▶ What the task asks
For the data below, restate word for word only the lines from the line containing "e4 v4 v5 LINE" through the line containing "v14 (12.5,-4.7625,3.2)", both ends included.

(Saved entries)

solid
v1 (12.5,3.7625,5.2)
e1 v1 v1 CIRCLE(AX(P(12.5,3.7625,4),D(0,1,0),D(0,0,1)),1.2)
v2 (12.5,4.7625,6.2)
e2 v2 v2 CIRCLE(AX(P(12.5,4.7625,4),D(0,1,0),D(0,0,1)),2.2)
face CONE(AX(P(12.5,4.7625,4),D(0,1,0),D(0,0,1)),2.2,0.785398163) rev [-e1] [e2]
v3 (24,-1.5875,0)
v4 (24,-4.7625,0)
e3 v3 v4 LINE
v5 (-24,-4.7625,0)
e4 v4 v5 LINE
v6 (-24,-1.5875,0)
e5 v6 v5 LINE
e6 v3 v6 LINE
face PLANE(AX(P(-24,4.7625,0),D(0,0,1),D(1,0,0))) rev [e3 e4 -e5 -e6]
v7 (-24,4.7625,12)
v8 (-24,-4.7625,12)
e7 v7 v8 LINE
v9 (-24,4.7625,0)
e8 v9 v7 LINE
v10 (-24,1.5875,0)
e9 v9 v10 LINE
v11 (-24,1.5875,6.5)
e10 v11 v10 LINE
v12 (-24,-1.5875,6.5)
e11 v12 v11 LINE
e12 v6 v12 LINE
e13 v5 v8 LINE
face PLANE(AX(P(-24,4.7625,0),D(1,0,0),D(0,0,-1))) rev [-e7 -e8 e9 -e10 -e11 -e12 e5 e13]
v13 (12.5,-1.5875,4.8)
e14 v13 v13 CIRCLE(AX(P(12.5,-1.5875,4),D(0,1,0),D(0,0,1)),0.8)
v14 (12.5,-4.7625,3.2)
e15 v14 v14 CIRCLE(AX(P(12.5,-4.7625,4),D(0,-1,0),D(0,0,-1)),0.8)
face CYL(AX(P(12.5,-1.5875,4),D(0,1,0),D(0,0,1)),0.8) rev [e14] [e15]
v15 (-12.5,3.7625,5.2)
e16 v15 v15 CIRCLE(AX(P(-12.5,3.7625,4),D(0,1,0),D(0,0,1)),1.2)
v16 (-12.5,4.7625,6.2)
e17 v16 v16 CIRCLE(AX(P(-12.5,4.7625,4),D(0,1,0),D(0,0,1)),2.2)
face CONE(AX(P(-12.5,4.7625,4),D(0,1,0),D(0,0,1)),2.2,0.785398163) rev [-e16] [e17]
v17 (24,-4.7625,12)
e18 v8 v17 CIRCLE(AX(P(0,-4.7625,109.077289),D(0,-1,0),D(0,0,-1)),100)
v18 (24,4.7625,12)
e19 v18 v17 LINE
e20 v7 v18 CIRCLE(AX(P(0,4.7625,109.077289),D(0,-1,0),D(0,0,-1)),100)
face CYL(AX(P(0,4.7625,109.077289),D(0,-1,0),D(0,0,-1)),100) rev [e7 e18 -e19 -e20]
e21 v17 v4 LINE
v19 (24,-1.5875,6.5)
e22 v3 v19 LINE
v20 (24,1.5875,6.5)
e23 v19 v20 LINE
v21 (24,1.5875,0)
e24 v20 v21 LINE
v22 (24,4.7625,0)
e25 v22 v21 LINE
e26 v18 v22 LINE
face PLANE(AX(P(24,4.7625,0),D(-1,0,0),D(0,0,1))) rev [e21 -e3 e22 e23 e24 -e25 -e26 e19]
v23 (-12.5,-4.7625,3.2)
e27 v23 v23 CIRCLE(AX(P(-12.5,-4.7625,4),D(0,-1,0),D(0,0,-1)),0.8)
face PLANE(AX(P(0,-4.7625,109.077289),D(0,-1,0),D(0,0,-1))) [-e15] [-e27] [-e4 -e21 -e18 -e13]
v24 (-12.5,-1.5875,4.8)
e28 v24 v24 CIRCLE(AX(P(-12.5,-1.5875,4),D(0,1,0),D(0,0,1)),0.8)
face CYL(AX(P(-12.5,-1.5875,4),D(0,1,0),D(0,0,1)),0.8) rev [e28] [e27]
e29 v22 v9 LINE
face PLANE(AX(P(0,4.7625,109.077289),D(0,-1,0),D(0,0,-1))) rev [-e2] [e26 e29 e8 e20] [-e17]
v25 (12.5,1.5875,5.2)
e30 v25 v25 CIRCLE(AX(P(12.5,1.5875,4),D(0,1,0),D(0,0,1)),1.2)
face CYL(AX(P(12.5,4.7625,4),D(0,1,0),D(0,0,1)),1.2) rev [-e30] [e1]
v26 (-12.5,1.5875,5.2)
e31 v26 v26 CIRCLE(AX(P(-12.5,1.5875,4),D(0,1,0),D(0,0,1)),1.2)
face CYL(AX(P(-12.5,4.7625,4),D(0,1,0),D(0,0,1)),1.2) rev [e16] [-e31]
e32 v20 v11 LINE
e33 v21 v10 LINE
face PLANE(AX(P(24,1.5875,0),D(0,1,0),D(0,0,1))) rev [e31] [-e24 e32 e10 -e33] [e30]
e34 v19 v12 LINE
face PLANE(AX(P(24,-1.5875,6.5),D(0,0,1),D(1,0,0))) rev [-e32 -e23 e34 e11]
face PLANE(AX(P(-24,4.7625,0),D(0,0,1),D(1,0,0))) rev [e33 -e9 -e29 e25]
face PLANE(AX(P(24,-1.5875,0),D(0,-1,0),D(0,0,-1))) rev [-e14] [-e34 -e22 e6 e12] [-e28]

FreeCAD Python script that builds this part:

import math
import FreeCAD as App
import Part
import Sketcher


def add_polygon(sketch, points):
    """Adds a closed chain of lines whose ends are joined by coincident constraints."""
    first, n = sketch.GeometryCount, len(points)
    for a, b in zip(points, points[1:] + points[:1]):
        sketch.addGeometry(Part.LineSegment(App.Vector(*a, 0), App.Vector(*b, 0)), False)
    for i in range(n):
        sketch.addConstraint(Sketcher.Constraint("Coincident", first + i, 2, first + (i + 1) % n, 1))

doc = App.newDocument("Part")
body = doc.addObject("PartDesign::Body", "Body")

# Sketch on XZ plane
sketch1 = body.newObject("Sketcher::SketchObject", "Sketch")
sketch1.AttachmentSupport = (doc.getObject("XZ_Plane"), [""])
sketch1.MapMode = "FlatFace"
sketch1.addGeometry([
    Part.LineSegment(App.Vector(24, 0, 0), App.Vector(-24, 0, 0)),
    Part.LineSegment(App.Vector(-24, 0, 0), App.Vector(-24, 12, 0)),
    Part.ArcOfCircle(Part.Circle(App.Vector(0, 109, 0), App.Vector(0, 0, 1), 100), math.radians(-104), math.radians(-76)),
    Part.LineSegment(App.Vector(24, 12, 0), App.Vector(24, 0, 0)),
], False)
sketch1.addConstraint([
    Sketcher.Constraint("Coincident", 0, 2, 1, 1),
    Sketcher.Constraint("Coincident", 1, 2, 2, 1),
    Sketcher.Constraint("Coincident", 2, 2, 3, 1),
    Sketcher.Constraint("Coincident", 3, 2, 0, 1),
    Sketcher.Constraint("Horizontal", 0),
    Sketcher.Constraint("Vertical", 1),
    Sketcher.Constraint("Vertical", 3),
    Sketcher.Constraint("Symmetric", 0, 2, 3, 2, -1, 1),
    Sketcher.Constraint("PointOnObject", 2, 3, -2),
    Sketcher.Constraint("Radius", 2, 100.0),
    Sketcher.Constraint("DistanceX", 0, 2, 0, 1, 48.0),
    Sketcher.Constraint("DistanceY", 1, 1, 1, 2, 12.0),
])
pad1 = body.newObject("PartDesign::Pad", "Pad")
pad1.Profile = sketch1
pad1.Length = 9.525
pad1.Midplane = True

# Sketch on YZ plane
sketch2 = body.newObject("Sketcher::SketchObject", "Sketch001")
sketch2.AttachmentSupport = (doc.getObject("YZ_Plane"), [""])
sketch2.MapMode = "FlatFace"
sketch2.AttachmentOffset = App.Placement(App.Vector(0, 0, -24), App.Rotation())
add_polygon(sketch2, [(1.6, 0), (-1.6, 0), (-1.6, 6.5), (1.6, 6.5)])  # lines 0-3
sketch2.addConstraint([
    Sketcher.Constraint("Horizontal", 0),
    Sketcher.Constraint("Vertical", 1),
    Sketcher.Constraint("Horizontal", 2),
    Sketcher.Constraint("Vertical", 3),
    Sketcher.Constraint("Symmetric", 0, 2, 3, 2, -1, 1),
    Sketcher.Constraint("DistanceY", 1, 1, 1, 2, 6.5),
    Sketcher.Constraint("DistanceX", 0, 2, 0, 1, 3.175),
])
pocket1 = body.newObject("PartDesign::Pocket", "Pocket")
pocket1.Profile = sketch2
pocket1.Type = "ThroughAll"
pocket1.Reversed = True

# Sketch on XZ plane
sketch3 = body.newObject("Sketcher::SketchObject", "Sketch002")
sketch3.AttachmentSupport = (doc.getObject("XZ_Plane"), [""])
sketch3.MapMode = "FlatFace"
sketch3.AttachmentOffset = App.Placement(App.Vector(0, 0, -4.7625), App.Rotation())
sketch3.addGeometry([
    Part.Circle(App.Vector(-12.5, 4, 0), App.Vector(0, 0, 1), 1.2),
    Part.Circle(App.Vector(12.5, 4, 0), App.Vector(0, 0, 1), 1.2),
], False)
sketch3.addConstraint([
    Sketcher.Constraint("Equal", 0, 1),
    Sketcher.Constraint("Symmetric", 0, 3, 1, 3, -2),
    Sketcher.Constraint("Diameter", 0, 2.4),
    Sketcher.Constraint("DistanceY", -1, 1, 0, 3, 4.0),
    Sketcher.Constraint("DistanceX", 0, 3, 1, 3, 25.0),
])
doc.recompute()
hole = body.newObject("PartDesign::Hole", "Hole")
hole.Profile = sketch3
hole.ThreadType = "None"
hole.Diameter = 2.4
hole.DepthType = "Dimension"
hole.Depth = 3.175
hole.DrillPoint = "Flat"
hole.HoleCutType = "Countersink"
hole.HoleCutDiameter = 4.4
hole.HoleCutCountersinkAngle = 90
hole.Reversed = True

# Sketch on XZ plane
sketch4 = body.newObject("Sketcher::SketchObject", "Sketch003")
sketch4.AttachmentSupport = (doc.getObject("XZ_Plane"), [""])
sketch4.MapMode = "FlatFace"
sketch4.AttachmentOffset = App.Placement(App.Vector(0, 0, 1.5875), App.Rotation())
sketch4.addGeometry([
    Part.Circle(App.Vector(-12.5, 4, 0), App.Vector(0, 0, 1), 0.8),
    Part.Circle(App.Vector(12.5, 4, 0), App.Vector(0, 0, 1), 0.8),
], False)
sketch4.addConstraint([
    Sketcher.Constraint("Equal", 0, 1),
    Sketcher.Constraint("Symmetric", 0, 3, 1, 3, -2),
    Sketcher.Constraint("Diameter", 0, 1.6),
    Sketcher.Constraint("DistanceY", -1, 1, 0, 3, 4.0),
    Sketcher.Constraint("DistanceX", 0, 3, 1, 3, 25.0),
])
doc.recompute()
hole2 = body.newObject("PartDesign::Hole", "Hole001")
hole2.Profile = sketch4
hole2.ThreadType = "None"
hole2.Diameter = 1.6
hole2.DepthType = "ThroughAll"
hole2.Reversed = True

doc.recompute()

==

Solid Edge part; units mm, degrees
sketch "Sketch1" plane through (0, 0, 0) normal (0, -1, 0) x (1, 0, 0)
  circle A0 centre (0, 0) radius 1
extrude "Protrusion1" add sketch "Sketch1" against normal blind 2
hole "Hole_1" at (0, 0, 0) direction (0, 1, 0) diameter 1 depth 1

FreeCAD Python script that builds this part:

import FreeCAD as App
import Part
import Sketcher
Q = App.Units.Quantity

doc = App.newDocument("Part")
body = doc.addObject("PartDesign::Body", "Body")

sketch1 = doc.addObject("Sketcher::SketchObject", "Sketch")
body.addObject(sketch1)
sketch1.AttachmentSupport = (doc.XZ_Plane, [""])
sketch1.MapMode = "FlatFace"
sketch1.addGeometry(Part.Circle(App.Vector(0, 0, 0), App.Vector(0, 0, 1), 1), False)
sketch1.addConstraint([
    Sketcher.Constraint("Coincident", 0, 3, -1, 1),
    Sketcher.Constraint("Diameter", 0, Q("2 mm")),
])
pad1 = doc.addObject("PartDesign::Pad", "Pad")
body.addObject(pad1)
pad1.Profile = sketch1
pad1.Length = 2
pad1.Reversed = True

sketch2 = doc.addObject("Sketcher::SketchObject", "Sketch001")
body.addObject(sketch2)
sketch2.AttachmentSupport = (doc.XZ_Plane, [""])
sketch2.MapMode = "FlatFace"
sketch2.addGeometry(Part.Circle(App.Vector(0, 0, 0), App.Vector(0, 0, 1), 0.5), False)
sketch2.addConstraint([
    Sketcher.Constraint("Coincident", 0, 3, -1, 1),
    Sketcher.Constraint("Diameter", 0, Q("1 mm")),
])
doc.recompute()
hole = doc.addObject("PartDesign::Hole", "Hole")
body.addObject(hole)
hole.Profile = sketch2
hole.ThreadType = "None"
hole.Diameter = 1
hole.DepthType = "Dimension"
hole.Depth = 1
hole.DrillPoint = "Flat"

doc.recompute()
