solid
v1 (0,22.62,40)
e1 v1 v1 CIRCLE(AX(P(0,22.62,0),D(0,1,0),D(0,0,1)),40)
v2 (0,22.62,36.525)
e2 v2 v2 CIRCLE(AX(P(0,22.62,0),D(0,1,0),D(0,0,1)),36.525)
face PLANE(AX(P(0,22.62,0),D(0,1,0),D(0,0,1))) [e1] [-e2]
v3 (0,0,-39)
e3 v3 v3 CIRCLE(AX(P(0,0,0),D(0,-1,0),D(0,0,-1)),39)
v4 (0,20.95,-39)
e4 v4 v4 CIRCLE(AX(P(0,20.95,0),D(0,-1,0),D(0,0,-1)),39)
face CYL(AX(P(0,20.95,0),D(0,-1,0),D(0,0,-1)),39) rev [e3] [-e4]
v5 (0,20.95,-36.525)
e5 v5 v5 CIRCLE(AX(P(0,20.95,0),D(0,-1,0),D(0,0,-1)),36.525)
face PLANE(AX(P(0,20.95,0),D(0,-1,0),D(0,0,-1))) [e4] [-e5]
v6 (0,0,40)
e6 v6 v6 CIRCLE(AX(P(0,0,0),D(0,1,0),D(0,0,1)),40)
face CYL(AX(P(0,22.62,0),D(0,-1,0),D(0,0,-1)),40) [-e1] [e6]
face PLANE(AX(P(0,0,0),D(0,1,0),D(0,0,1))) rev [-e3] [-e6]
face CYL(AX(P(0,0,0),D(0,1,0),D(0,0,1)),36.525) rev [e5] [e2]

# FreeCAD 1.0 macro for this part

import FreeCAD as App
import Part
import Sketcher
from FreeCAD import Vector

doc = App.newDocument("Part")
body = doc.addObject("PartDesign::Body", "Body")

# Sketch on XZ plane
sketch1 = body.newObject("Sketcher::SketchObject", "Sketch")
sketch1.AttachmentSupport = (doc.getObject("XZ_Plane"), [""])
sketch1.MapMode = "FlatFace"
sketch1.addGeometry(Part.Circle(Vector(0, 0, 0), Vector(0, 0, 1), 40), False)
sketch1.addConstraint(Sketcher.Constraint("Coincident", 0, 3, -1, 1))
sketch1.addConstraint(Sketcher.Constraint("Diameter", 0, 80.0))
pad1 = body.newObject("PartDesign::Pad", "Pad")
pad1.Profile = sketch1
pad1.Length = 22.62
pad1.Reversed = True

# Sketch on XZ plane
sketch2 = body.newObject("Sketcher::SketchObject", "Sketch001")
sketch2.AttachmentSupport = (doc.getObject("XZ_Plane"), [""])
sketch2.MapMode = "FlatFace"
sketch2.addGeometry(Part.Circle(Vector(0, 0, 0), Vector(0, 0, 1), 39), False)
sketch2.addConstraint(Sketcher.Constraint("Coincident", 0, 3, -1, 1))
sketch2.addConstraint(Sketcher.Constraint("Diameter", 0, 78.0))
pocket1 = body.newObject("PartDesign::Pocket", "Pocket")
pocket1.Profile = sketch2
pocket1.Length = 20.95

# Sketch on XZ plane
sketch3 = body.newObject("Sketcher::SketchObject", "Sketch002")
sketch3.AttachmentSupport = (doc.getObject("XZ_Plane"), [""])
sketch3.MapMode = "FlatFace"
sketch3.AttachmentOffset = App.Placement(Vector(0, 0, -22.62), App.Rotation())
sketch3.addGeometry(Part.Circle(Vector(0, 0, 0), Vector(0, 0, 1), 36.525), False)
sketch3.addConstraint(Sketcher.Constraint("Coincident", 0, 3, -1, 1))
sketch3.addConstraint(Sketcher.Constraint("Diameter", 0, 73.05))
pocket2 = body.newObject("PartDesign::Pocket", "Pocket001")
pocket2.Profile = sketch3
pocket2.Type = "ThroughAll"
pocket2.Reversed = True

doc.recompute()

==

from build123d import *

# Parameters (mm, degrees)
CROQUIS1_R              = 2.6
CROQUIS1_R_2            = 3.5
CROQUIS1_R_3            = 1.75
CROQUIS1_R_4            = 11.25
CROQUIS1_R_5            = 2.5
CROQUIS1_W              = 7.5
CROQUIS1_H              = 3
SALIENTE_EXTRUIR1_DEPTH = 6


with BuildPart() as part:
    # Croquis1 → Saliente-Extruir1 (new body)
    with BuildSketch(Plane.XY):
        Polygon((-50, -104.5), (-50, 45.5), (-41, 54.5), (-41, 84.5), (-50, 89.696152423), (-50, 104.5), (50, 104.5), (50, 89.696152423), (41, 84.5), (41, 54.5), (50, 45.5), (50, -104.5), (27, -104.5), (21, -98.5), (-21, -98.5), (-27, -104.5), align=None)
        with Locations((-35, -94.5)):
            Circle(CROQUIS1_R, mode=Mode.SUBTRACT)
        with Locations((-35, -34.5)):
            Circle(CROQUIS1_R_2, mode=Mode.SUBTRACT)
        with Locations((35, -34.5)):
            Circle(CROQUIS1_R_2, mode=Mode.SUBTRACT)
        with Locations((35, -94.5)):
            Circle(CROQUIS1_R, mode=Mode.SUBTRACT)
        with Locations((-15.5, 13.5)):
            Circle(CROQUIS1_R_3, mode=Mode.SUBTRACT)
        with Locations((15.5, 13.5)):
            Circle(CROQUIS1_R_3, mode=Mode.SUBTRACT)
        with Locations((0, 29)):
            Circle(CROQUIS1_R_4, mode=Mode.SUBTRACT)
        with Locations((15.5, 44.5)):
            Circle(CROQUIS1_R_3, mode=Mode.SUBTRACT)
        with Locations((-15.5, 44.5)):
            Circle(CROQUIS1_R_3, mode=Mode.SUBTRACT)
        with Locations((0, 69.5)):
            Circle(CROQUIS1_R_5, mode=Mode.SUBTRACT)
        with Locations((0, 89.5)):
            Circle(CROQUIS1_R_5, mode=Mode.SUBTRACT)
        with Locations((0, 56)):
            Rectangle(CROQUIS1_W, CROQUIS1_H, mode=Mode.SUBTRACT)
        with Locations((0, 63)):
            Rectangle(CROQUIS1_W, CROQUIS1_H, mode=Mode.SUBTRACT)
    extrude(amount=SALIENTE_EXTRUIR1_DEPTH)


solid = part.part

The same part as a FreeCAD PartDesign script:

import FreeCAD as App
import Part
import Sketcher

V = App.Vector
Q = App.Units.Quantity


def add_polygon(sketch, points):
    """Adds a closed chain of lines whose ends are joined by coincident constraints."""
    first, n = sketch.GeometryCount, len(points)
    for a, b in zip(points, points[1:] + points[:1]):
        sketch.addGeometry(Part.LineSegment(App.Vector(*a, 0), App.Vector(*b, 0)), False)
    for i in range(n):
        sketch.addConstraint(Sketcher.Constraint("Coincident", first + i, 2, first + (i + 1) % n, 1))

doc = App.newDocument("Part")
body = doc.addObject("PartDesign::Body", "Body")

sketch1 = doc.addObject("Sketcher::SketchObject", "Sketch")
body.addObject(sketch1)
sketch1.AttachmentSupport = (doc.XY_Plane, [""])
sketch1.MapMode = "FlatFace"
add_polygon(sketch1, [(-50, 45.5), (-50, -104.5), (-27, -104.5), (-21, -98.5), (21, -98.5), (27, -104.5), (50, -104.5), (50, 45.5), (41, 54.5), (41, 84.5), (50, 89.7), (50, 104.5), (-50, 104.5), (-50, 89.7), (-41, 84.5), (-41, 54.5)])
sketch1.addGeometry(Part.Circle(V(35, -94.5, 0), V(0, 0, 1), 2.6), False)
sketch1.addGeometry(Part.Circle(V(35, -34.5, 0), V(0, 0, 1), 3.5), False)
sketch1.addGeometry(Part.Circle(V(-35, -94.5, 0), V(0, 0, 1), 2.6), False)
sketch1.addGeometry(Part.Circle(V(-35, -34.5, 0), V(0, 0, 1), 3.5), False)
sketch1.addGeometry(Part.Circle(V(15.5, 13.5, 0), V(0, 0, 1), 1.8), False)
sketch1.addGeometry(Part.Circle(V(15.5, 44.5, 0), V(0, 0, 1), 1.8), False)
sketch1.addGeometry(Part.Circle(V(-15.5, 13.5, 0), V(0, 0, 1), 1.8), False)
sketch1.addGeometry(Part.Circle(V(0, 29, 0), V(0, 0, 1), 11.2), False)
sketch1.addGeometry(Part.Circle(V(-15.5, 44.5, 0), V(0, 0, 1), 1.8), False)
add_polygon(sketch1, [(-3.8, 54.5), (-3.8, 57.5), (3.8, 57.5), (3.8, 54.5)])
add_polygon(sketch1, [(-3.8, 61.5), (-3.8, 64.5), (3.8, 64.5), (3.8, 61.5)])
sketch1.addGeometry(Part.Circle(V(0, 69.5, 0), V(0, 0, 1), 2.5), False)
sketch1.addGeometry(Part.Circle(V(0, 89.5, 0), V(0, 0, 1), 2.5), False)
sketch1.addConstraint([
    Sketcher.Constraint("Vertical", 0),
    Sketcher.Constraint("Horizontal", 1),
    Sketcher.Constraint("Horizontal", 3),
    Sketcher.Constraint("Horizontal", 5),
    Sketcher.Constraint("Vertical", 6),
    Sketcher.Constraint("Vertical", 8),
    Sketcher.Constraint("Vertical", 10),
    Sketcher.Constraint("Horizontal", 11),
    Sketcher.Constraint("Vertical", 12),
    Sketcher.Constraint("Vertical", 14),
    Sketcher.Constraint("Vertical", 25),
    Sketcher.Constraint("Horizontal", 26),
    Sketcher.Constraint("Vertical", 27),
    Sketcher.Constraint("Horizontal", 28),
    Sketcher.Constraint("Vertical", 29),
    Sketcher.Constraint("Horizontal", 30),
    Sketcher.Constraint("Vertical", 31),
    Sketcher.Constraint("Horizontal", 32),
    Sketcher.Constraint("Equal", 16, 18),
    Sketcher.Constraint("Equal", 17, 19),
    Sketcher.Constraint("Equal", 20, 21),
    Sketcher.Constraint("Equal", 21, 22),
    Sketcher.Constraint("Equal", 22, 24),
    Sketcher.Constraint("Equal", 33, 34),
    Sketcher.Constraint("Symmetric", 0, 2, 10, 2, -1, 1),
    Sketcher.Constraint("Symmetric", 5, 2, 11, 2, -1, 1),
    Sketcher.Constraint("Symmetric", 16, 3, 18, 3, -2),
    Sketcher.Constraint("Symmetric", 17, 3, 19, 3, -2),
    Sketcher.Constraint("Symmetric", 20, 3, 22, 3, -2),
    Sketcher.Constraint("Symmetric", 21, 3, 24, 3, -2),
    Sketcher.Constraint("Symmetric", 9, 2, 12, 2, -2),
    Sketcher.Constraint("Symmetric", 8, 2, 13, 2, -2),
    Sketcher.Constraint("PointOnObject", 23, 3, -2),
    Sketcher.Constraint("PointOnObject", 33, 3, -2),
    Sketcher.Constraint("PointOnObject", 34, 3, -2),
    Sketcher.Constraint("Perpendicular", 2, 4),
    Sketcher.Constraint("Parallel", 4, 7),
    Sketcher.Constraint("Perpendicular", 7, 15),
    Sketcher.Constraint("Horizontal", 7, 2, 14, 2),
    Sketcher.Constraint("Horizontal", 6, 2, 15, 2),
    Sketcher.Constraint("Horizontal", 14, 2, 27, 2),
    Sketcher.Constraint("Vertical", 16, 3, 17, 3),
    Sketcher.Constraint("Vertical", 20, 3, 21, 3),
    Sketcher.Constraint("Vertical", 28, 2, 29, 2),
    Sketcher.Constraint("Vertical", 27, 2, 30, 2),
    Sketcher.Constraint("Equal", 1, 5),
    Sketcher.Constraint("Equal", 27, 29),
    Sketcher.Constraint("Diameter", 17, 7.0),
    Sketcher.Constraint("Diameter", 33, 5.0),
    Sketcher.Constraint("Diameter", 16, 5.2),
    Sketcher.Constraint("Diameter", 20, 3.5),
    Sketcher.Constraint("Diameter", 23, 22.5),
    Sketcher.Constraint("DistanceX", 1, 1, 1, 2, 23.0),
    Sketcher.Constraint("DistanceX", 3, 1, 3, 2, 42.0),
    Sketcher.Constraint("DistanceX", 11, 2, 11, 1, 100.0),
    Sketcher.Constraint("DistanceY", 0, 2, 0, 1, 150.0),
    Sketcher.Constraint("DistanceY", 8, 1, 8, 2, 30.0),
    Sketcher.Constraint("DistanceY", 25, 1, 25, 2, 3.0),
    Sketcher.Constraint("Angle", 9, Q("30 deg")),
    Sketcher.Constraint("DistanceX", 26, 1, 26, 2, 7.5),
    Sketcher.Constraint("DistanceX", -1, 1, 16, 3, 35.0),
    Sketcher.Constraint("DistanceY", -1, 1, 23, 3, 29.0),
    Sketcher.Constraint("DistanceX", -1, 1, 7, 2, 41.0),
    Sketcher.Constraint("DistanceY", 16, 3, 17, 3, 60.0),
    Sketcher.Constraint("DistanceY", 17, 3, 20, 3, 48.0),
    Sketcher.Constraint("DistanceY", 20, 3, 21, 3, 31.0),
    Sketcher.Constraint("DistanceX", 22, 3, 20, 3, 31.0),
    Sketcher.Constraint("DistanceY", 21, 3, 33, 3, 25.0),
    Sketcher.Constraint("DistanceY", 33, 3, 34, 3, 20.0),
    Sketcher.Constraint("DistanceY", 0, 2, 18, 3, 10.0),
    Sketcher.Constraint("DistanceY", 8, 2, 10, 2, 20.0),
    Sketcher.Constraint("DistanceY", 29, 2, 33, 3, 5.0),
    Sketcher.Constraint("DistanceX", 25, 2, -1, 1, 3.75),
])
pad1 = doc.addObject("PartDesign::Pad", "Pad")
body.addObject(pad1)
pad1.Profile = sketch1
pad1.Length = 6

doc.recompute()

▶ Exercise response
e4 v4 v5 LINE
v6 (-24,-1.5875,0)
e5 v6 v5 LINE
e6 v3 v6 LINE
face PLANE(AX(P(-24,4.7625,0),D(0,0,1),D(1,0,0))) rev [e3 e4 -e5 -e6]
v7 (-24,4.7625,12)
v8 (-24,-4.7625,12)
e7 v7 v8 LINE
v9 (-24,4.7625,0)
e8 v9 v7 LINE
v10 (-24,1.5875,0)
e9 v9 v10 LINE
v11 (-24,1.5875,6.5)
e10 v11 v10 LINE
v12 (-24,-1.5875,6.5)
e11 v12 v11 LINE
e12 v6 v12 LINE
e13 v5 v8 LINE
face PLANE(AX(P(-24,4.7625,0),D(1,0,0),D(0,0,-1))) rev [-e7 -e8 e9 -e10 -e11 -e12 e5 e13]
v13 (12.5,-1.5875,4.8)
e14 v13 v13 CIRCLE(AX(P(12.5,-1.5875,4),D(0,1,0),D(0,0,1)),0.8)
v14 (12.5,-4.7625,3.2)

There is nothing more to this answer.